→ Work request:
Where does "through" appear in the data? Return each line that holds it.

#### Records to process ####

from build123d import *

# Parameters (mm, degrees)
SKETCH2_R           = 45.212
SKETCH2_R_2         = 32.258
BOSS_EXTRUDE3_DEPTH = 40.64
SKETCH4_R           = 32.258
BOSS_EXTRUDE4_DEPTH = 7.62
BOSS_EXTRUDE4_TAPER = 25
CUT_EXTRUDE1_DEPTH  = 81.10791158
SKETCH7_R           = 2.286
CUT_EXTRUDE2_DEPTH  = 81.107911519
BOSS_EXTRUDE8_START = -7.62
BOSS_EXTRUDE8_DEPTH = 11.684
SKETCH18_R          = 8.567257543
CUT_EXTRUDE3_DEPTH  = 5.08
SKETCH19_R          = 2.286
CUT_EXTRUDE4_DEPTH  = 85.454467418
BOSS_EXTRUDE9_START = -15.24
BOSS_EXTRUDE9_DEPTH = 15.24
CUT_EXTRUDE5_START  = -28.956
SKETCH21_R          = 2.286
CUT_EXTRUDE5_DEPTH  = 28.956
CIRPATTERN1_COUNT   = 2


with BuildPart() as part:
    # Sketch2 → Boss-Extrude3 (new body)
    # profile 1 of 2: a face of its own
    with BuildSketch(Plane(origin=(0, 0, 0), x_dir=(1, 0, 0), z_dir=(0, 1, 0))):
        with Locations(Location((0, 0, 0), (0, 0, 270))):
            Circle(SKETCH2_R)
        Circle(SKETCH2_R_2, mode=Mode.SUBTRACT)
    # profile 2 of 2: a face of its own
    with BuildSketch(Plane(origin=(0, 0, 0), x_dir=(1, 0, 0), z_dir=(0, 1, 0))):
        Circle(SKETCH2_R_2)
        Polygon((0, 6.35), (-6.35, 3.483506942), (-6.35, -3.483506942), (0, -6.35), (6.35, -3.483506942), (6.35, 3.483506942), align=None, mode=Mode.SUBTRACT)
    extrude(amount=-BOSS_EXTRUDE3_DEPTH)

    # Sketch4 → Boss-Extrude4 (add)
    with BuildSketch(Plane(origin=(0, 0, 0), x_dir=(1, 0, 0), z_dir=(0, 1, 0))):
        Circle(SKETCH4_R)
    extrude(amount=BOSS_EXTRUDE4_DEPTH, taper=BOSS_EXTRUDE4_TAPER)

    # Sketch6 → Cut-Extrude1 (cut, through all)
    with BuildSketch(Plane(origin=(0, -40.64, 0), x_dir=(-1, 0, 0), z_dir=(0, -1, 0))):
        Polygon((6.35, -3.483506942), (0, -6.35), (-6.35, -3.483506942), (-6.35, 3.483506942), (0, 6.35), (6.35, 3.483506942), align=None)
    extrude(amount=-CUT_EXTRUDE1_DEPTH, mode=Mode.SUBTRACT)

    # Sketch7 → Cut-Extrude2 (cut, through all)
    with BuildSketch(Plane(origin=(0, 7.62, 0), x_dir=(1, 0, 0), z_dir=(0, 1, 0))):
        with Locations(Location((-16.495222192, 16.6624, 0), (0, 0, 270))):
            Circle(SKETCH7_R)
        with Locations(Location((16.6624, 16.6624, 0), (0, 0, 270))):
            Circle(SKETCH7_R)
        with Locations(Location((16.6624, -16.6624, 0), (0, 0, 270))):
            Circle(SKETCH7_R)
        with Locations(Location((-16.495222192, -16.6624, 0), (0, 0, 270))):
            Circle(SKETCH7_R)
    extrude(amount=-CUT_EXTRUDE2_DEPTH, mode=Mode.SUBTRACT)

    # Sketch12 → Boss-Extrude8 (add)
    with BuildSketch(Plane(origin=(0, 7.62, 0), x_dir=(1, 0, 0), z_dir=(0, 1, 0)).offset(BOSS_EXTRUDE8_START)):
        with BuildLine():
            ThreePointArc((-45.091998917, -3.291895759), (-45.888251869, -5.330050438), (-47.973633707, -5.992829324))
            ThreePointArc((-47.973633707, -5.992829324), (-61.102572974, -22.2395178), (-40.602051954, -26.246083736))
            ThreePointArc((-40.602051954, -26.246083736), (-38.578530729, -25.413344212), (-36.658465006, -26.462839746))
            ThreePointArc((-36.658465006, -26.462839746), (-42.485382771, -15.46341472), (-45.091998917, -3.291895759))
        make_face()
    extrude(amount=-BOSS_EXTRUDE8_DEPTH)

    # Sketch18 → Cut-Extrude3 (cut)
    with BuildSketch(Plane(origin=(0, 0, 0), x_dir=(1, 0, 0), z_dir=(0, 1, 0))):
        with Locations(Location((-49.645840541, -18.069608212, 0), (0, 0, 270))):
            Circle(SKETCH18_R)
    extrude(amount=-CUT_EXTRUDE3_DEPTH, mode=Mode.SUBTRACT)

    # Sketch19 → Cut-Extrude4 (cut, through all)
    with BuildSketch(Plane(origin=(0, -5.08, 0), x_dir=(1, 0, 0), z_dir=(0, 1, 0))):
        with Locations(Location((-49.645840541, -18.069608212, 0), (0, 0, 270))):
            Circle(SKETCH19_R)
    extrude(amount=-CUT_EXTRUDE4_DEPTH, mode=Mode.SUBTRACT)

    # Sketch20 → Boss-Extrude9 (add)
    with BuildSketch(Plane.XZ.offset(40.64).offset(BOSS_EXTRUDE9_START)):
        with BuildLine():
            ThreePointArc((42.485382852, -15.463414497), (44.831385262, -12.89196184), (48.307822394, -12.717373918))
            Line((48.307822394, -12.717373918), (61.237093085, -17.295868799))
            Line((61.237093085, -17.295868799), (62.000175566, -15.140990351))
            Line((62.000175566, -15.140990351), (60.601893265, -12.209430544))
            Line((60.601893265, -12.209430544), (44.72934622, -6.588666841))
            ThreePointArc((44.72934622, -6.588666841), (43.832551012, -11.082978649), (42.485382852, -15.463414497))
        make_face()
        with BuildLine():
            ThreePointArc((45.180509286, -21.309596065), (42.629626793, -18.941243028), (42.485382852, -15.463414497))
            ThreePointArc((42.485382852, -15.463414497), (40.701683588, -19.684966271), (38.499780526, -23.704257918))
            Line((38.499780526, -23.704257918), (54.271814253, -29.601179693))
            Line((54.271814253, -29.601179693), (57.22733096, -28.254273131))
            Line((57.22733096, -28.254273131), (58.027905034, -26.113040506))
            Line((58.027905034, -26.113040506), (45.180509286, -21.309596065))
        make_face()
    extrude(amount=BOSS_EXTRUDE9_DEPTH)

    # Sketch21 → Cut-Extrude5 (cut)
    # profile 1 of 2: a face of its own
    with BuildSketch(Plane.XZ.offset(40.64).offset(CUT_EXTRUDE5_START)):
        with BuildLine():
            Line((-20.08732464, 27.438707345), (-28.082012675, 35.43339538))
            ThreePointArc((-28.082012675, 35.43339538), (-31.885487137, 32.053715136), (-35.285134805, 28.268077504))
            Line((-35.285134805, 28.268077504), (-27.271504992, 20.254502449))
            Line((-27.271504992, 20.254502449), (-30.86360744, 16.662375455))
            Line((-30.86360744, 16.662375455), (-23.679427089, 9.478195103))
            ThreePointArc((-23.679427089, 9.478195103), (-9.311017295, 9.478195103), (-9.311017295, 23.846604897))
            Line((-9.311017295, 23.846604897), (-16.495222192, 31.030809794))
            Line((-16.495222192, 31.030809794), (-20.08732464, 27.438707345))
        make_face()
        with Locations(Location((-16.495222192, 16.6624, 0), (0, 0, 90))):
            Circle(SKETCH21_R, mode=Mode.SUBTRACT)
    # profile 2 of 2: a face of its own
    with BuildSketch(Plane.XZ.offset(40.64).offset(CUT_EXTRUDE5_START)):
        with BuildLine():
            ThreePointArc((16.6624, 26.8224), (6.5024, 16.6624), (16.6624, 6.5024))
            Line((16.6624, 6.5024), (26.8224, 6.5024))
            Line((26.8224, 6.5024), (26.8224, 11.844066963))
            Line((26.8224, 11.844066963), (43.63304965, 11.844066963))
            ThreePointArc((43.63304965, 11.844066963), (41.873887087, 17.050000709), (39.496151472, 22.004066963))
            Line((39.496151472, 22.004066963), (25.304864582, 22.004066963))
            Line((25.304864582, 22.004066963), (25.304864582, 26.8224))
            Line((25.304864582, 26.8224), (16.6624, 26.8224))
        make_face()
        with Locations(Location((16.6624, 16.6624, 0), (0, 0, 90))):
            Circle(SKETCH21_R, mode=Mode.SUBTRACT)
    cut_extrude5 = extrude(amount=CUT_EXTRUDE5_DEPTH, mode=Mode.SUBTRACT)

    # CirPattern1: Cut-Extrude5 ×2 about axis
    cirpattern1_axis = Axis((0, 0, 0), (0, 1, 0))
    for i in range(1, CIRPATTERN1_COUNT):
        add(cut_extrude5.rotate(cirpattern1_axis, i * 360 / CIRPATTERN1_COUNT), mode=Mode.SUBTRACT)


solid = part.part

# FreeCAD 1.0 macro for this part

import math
import FreeCAD as App
import Part
import Sketcher
from FreeCAD import Vector
Q = App.Units.Quantity

doc = App.newDocument("Part")
body = doc.addObject("PartDesign::Body", "Body")

# Sketch on XZ plane
sketch1 = body.newObject("Sketcher::SketchObject", "Sketch")
sketch1.AttachmentSupport = (doc.getObject("XZ_Plane"), [""])
sketch1.MapMode = "FlatFace"
sketch1.addGeometry(Part.Circle(Vector(0, 0, 0), Vector(0, 0, 1), 45), False)
sketch1.addGeometry(Part.LineSegment(Vector(0, -6, 0), Vector(6, -3, 0)), False)
sketch1.addGeometry(Part.LineSegment(Vector(6, -3, 0), Vector(6, 3, 0)), False)
sketch1.addGeometry(Part.LineSegment(Vector(6, 3, 0), Vector(0, 6, 0)), False)
sketch1.addGeometry(Part.LineSegment(Vector(0, 6, 0), Vector(-6, 3, 0)), False)
sketch1.addGeometry(Part.LineSegment(Vector(-6, 3, 0), Vector(-6, -3, 0)), False)
sketch1.addGeometry(Part.LineSegment(Vector(-6, -3, 0), Vector(0, -6, 0)), False)
sketch1.addConstraint(Sketcher.Constraint("Coincident", 1, 2, 2, 1))
sketch1.addConstraint(Sketcher.Constraint("Coincident", 2, 2, 3, 1))
sketch1.addConstraint(Sketcher.Constraint("Coincident", 3, 2, 4, 1))
sketch1.addConstraint(Sketcher.Constraint("Coincident", 4, 2, 5, 1))
sketch1.addConstraint(Sketcher.Constraint("Coincident", 5, 2, 6, 1))
sketch1.addConstraint(Sketcher.Constraint("Coincident", 6, 2, 1, 1))
sketch1.addConstraint(Sketcher.Constraint("Vertical", 2))
sketch1.addConstraint(Sketcher.Constraint("Vertical", 5))
sketch1.addConstraint(Sketcher.Constraint("Coincident", 0, 3, -1, 1))
sketch1.addConstraint(Sketcher.Constraint("Symmetric", 1, 2, 4, 2, -1, 1))
sketch1.addConstraint(Sketcher.Constraint("Symmetric", 3, 2, 6, 2, -1, 1))
sketch1.addConstraint(Sketcher.Constraint("PointOnObject", 3, 2, -2))
sketch1.addConstraint(Sketcher.Constraint("Parallel", 3, 6))
sketch1.addConstraint(Sketcher.Constraint("Horizontal", 2, 2, 4, 2))
sketch1.addConstraint(Sketcher.Constraint("Diameter", 0, Q("3.56 in")))
sketch1.addConstraint(Sketcher.Constraint("DistanceX", 4, 2, 2, 2, Q("0.5 in")))
sketch1.addConstraint(Sketcher.Constraint("DistanceY", -1, 1, 3, 2, Q("0.25 in")))
sketch1.addConstraint(Sketcher.Constraint("DistanceY", 2, 1, 2, 2, Q("6.967014 mm")))
pad1 = body.newObject("PartDesign::Pad", "Pad")
pad1.Profile = sketch1
pad1.Length = Q("1.6 in")

# Sketch on XZ plane
sketch2 = body.newObject("Sketcher::SketchObject", "Sketch001")
sketch2.AttachmentSupport = (doc.getObject("XZ_Plane"), [""])
sketch2.MapMode = "FlatFace"
sketch2.addGeometry(Part.Circle(Vector(0, 0, 0), Vector(0, 0, 1), 32), False)
sketch2.addConstraint(Sketcher.Constraint("Coincident", 0, 3, -1, 1))
sketch2.addConstraint(Sketcher.Constraint("Diameter", 0, Q("2.54 in")))
pad2 = body.newObject("PartDesign::Pad", "Pad001")
pad2.Profile = sketch2
pad2.Length = Q("0.3 in")
pad2.Reversed = True
pad2.TaperAngle = -25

####

→ Result:
    # Sketch6 → Cut-Extrude1 (cut, through all)
    # Sketch7 → Cut-Extrude2 (cut, through all)
    # Sketch19 → Cut-Extrude4 (cut, through all)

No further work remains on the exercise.